Religion
- Affiliation: Islam
- Branch/tradition: Sunni
- District: Lalmonirhat
- Status: Active

Location
- Location: Gilabari, Saptibari Union
- Country: Bangladesh
- Interactive map of Gilabari Mosque
- Coordinates: 25°54′41.7″N 89°23′42.9″E﻿ / ﻿25.911583°N 89.395250°E

Architecture
- Style: Mughal

Specifications
- Direction of façade: East
- Capacity: 40
- Length: 42 Feet
- Width: 17 Feet
- Dome: 3
- Minaret: 15

= Gilabari Mosque =

Ancient mosque in Gilabari, Lalmonirhat, Bangladesh

Gilabari Mosque (গিলাবাড়ি মসজিদ) is a congregational mosque built in Mughal architectural style. The religious establishment is located in Gilabari village of Saptibari Union, Aditmari Upazila, Lalmonirhat. Inside this mosque, forty people can offer prayers in two rows. The Department of Archaeology of Bangladesh has listed it as Gilabari Historical Ancient Mosque (গিলাবাড়ি ঐতিহাসিক প্রাচীন মসজিদ), a protected heritage site.

== History ==
The exact construction date of the mosque is unknown, but the architectural features are of the Mughal style, which indicates that the mosque was built during the Mughal period.
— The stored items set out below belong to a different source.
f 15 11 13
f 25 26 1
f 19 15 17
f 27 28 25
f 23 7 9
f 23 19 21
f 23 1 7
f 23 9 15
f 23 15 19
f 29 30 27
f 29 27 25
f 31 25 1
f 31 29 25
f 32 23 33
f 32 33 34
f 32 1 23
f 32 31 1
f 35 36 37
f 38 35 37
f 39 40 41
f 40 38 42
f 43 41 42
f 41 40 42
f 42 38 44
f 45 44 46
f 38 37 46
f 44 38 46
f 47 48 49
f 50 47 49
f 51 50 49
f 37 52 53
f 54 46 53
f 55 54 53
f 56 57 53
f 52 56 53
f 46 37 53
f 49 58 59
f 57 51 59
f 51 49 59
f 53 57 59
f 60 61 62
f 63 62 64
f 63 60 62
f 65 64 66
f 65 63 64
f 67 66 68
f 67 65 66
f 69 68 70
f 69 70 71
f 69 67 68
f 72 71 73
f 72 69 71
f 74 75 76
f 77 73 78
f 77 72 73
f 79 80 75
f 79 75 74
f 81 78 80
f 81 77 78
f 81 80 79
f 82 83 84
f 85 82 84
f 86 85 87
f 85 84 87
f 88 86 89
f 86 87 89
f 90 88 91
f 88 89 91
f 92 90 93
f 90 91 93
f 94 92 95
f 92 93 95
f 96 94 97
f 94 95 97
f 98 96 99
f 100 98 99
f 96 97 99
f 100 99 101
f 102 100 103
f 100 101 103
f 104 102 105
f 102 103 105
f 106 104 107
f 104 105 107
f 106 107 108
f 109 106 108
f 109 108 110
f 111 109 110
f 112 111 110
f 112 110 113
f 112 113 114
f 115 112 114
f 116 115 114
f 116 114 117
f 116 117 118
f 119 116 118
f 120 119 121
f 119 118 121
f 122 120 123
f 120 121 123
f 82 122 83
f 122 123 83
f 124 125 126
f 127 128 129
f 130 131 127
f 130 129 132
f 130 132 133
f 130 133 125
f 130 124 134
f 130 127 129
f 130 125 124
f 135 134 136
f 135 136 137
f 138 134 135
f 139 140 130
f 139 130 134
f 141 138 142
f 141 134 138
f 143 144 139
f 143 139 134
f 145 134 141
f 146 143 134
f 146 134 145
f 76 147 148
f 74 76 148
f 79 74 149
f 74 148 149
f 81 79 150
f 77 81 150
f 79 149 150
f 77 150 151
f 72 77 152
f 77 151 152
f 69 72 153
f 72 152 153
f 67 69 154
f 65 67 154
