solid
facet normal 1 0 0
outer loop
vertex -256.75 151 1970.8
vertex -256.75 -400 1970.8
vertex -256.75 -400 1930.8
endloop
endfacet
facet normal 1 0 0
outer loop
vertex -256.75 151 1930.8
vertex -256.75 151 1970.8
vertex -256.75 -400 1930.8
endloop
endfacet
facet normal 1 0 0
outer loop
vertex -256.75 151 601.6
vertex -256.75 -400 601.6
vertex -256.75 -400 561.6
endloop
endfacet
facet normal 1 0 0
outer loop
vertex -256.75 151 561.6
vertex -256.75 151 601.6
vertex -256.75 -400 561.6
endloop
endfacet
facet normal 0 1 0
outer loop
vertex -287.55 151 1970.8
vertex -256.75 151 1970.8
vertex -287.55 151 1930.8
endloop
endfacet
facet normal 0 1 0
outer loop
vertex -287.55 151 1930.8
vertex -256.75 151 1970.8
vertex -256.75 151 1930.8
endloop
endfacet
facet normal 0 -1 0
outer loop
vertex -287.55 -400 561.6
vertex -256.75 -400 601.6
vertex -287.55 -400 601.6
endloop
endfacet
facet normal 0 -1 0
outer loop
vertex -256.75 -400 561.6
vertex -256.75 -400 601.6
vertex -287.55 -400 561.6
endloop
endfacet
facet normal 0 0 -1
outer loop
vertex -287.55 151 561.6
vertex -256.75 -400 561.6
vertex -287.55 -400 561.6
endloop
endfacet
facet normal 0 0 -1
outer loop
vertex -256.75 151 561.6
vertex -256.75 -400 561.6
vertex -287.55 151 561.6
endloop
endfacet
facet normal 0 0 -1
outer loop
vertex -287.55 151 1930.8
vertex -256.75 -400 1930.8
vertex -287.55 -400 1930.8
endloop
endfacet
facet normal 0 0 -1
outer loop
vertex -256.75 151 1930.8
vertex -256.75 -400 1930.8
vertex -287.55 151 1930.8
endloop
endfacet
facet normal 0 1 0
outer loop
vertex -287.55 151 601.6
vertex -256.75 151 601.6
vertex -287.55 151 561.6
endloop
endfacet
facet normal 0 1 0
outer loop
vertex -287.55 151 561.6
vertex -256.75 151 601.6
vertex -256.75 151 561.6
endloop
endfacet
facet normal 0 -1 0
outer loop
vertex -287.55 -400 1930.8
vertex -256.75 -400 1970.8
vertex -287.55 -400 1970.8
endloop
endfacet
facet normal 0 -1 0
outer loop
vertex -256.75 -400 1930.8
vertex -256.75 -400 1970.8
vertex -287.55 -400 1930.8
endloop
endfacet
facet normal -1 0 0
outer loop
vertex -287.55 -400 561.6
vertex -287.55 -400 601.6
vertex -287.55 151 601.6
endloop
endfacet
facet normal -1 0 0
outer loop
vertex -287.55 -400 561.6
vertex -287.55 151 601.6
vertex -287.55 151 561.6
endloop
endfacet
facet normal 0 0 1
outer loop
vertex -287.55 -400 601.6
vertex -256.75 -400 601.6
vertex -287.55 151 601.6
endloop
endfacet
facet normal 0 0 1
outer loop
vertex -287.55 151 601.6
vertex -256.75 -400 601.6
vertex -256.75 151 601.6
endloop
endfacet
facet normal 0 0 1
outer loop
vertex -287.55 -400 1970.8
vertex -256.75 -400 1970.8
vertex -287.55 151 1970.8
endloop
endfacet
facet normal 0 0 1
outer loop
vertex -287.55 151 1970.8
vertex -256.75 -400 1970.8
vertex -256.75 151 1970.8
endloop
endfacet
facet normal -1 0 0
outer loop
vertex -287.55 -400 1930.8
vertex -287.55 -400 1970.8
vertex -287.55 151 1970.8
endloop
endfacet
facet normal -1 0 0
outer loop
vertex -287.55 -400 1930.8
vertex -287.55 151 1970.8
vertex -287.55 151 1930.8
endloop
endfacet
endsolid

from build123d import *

# Parameters (mm, degrees)
SKETCH5_W           = 40
SKETCH5_H           = 551
BOSS_EXTRUDE2_DEPTH = 30.8
SKETCH10_W          = 40
SKETCH10_H          = 551
BOSS_EXTRUDE3_DEPTH = 30.8


with BuildPart() as part:
    # Sketch5 → Boss-Extrude2 (new body)
    with BuildSketch(Plane(origin=(-256.75, 0, 0), x_dir=(0, 0, -1), z_dir=(1, 0, 0))):
        with Locations((-1950.8, -124.5)):
            Rectangle(SKETCH5_W, SKETCH5_H)
    extrude(amount=-BOSS_EXTRUDE2_DEPTH)


with BuildPart() as body_2:
    # Sketch10 → Boss-Extrude3 (new body)
    with BuildSketch(Plane(origin=(-256.75, 0, 0), x_dir=(0, 0, -1), z_dir=(1, 0, 0))):
        with Locations((-581.6, -124.5)):
            Rectangle(SKETCH10_W, SKETCH10_H)
    extrude(amount=-BOSS_EXTRUDE3_DEPTH)


solid = Compound([part.part, body_2.part])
For preservation and restoration, during the Pakistan period, the exterior walls of the mosque were plastered once, and after independence, under Bangladesh's administration, the mosque's exterior walls were plastered and lime-washed several times. On August 1, 2022, through a notification, the mosque was declared a protected heritage site.

== Description ==
Gilabari Mosque is constructed in a rectangular land plan over approximately seven decimal of land, including the courtyard. The main building has a length of about 42 feet and a width of 17 feet. It has a total of 12 minarets, including three large domes. There are an additional three minarets at the main entrance of the mosque. The construction materials used include flat bricks, lime, and a mixture of brick mortar, which exhibit characteristics of Mughal masonry. Upon entry, an ancient well still stands in front of the main courtyard. Over time, the main foundation of the mosque has sunk about 3 feet below the ground level.